This is an interesting article from the December, 1940 Along the Line.
8 ½ Miles Jointless Rail Now In Track
''What makes The Bankers so late this morning?"
The query was addressed to the information clerk at Hartford station by a man who had just come from the subway passage under the tracks.
"It wasn't late," was the reply. "It left here five minutes ago."
"Good gosh!" the man exclaimed, "I've been standing there in the subway for over ten minutes and I never even heard it!" And thereby hangs a tale.
He was one of our regular commuters, and had formed the habit of waiting in the subway, reading his paper, until he heard the vibration when his train headed in on the station viaduct. But this particular morning there was no noticeable vibration. Nor has there been since. And welded rail is the answer.
The Hartford station viaduct is equipped with jointless welded rails, each 840 feet in length. This was the New Haven Railroad's first experiment with this new development in track construction and it has proved eminently successful. It has been followed by additional installations elsewhere and in all likelihood the future will see much additional track butt welded to form continuous rails of a thousand or more feet in length.

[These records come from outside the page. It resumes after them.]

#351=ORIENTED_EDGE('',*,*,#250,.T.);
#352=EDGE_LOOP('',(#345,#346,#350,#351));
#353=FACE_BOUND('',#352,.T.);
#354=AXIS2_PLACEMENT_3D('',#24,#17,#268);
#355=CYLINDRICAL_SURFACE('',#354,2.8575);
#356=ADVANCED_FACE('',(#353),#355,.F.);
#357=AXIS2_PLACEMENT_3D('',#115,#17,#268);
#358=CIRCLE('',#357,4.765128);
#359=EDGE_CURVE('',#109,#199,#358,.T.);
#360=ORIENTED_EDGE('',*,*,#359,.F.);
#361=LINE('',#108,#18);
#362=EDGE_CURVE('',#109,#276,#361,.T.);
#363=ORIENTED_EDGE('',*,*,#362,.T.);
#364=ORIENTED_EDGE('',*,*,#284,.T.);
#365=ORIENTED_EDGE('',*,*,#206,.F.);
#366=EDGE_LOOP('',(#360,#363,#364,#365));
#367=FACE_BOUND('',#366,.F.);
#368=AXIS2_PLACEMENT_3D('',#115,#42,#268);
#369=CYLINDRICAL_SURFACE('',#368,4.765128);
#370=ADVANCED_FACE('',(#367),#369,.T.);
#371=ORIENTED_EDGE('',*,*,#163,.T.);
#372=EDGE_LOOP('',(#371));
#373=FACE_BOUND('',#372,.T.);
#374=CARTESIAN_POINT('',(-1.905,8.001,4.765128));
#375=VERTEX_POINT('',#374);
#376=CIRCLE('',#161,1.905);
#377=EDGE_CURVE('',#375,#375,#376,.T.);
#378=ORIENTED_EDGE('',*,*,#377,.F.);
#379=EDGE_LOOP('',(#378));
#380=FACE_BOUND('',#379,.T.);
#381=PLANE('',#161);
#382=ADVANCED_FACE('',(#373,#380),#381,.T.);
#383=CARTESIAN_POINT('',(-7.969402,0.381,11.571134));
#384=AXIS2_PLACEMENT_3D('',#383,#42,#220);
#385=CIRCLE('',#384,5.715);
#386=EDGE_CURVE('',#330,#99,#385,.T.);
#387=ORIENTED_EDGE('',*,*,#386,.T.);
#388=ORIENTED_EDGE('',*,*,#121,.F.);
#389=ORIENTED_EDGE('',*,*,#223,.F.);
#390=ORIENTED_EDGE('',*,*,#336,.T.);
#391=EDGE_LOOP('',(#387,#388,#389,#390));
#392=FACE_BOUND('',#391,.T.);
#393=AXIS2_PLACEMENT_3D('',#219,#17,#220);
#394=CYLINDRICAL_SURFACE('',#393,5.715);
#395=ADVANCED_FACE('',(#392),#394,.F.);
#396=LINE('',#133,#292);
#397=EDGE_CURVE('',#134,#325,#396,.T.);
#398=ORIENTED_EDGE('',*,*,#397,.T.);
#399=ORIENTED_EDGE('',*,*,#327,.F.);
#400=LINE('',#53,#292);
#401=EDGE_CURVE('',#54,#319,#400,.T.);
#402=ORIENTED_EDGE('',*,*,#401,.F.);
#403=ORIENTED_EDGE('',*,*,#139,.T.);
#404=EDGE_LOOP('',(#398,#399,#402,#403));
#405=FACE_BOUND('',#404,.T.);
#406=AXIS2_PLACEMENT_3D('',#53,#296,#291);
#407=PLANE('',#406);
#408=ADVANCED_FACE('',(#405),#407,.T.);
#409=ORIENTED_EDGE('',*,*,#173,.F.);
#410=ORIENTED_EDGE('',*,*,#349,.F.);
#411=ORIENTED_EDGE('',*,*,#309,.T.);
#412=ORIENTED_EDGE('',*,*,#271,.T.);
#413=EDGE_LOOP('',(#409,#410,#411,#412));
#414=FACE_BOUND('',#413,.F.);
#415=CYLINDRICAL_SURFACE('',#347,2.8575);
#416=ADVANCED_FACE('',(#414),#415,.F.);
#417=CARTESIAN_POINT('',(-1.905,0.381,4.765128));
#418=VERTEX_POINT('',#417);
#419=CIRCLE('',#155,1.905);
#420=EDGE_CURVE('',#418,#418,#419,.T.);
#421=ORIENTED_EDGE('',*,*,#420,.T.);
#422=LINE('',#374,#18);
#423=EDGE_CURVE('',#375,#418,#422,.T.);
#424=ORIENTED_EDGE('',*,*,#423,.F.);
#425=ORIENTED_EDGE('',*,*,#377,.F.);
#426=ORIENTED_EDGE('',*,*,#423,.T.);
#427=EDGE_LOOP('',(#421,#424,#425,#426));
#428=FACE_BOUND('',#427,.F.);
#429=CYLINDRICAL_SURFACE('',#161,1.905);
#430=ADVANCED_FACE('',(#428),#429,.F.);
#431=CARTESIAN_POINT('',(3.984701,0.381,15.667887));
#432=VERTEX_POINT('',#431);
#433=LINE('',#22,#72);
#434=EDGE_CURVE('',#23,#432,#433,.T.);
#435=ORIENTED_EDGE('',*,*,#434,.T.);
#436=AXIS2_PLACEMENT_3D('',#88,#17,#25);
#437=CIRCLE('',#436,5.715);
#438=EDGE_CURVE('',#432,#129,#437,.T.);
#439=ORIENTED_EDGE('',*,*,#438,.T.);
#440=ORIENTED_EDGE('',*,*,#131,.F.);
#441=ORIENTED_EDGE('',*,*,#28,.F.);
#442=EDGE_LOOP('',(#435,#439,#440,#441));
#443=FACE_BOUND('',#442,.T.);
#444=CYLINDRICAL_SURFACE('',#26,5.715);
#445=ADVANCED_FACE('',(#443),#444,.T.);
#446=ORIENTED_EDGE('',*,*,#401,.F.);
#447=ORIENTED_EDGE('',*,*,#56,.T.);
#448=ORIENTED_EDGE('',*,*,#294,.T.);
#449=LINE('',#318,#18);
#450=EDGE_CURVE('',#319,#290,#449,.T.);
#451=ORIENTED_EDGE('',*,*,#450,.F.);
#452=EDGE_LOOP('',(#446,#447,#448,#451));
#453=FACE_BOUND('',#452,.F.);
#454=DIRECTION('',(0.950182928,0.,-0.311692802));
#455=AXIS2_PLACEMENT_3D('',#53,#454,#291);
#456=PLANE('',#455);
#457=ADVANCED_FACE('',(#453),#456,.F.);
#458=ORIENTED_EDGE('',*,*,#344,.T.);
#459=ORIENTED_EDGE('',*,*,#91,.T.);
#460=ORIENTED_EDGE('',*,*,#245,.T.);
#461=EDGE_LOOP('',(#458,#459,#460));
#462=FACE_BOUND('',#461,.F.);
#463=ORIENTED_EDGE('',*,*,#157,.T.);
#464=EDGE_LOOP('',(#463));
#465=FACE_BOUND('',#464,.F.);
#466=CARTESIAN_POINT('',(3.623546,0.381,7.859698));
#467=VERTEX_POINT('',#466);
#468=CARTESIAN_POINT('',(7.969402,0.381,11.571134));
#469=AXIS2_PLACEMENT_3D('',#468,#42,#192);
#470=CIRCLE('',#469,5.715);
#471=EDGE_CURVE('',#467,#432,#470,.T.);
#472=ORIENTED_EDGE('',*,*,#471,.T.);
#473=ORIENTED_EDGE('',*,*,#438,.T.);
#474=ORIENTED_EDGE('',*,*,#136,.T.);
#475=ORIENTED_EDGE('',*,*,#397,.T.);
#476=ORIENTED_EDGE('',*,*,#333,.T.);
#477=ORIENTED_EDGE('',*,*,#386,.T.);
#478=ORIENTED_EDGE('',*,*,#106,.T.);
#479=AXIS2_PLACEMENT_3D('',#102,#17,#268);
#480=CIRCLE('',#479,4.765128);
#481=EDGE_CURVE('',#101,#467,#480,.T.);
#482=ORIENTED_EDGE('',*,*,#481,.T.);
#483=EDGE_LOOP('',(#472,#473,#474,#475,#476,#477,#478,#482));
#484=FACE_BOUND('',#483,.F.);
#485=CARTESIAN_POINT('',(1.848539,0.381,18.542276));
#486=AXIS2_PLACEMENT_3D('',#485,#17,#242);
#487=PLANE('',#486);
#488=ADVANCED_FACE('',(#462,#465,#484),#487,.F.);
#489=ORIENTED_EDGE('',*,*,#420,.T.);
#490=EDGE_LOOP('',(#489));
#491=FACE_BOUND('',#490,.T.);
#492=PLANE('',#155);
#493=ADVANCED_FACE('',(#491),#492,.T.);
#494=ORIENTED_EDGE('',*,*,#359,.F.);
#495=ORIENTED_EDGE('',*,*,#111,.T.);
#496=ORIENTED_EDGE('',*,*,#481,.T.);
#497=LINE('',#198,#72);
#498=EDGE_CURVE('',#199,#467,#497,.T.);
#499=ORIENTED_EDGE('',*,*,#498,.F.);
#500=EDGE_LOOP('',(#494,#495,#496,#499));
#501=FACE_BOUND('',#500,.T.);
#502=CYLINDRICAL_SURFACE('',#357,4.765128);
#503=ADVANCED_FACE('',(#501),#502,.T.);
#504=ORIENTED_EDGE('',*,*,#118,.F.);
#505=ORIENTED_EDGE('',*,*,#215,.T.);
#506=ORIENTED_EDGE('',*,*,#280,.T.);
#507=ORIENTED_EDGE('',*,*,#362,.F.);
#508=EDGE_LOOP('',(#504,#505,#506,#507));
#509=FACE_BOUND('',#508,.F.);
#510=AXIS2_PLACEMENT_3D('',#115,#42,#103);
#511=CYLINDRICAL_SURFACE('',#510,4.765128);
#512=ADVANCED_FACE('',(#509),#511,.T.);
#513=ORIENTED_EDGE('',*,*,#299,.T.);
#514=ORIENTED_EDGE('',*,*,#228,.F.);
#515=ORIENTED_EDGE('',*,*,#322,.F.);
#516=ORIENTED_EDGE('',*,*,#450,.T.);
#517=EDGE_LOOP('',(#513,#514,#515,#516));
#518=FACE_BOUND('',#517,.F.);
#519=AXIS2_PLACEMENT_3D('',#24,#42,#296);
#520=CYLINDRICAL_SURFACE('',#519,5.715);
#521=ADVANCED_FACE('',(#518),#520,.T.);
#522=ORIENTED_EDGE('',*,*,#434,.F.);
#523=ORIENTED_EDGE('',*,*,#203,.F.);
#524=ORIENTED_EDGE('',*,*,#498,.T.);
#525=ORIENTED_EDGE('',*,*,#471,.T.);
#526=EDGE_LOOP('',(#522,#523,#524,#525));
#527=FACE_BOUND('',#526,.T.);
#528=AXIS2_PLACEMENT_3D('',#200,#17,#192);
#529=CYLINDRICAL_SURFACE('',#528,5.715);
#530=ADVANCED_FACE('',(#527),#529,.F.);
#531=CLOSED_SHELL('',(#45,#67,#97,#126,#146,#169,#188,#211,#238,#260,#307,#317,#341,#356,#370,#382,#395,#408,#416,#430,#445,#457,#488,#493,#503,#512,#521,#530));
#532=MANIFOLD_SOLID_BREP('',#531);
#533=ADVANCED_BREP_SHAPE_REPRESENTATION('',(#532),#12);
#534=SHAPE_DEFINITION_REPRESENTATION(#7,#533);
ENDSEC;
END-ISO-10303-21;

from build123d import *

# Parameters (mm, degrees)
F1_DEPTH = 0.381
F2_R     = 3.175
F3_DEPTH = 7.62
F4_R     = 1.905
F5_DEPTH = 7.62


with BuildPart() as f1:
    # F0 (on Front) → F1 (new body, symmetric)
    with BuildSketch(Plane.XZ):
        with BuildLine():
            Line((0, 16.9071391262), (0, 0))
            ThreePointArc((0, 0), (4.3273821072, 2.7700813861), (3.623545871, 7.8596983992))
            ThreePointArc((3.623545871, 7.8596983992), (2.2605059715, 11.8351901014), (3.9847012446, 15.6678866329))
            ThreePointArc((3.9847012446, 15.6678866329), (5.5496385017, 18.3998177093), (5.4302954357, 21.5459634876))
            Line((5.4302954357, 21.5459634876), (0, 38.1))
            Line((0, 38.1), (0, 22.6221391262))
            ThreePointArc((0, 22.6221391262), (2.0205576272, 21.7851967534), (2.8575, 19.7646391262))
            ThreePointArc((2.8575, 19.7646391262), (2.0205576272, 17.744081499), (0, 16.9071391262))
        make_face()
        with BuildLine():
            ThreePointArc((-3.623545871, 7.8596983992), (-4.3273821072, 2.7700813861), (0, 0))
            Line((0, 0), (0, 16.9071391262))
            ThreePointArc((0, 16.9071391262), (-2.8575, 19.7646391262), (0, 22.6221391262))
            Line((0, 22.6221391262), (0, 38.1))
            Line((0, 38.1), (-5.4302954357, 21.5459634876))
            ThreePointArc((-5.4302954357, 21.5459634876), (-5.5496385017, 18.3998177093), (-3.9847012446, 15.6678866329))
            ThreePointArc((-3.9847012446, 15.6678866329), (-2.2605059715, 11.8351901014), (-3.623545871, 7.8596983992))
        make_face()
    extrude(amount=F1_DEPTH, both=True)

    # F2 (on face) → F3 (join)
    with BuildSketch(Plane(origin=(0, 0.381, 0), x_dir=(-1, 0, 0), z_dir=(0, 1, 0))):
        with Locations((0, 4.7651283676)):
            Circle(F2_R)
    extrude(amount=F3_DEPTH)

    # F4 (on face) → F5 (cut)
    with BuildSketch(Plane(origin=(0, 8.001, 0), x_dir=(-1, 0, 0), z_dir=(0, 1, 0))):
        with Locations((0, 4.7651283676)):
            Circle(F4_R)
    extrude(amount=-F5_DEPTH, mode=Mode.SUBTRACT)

We now have altogether a total of 45,106 feet, or about 8-1/2 miles of welded rail in place, on bridges, through stations and grade crossings, and tunnels. Bridges were chosen for first installation because of the elimination of vibration through elimination of the impact at joints, with consequent lessened wear and tear on the bridge structure. Grade crossings and stations were next chosen because the expense of maintaining joints is greater in those places; at crossings it involves tearing out and replacing- part of the roadway material: and at railroad stations it often involves tearing out and replacing portions of polatforms.
The longest stretch of welded track which has yet been laid on the New Haven is 3,600 feet through the Terryville tunnel. This was welded at Bridgeport yards into 1,200-foot sections and these field-welded in the tunnel to make continuous rails from one end of the tunnel to the other without a break.
The longest single stretch which has been welded and moved in one section to date was 1,421 feet for each of the two rails for Track 2 through the Fair Haven tunnel, while two 1,407-foot rails were placed in Track 1 at the same location. These were welded at the Bridgeport yard and moved on flat cars to the tunnel.
A close-up inspection of a railroad rail would make a layman very doubtful of the feasibility of transporting rails of such lengths on flat-cars except on a perfectly straight stretch of track. It appears to be so rigid that it would seem impossible to bend it but actually there is sufficient flexibility so that the rail will bend with the curvature of the track.
The ordinary rail length is 39 feet, so that in ordinary track there are two rail joints for every 39 feet of track. These joints represent the point of greatest wear in rail because each wheel which passes from the end of one rail across the small gap to the beginning of the next, strikes that next rail the equivalent of a heavy hammer blow. When tracks are welded together it makes one continuous smooth surface and thus eliminates entirely track joint maintenance and at the same time makes for very much smoother riding track.
There are two methods of doing the welding job - by an electric annealer or by the oxy-acetylene method, the latter being the latest development and the method used bv the New Haven. The abutting rail ends are heated to a temperature of about 2,280 degrees Farenheit, using a mechanically-oscillated welding head that applies heat evenly to the rail sections from all directions. Simultaneously with the application of heat, the rail ends are forced together under a pressure which attains a maximum 2,500 pounds per square inch
Next, in order to achieve a refinement of the grain of the metal in the vicinity of the joint and to relieve internal stresses set up during the welding procedure, the ioint is uniformly re-heated to the critical temperature (about 1,380 degrees Farenheit) and allowed to cool in the atmosphere. In a test of the strength of such welded rail, a load of 50,000 pounds was rolled back and forth across the joint of a welded rail, supported as a cantilever, two million times without any failure developing.
Other locations where welded rail of varying lengths is now in service are Sackett's Point Road, Toelles crossing, Ward Street, Wallingford station, Parker Street, Hosford Street, Lee's Crossing, Mooney's, Cooper Street, Cherry Street, South Colony Street, Meriden station, Cross Street, Brittania Street, North Colony Street, and Warehouse Point bridge, all on the Hartford Division.
1. A typical rail joint showing wear from constant impact of wheels.
2. A finished weld.
3. Oxy-acetylene welding apparatus at work welding two rails.
4. A close-up of the flames showing how they are brought to bear on the rails from all directions at once.
5. The complete weld, before finishing and polishing.
6. Removing upset metal with Oxy-acetelyne cutting machine.
7. Grinding and polishing.
8. Finished rail loaded on flat cars.
9 and 10. Unloading the rail where it is to be placed in track, by means of pulling the flat cars out from underneath.
11. The other end is anchored so that engine can pull cars out.
12. The finished job of continuous train at the Hartford station.
I was surprised to see that the New Haven was installing welded rail prior to WWII. I wonder how much more was finished by the end of the '40s, even with the war.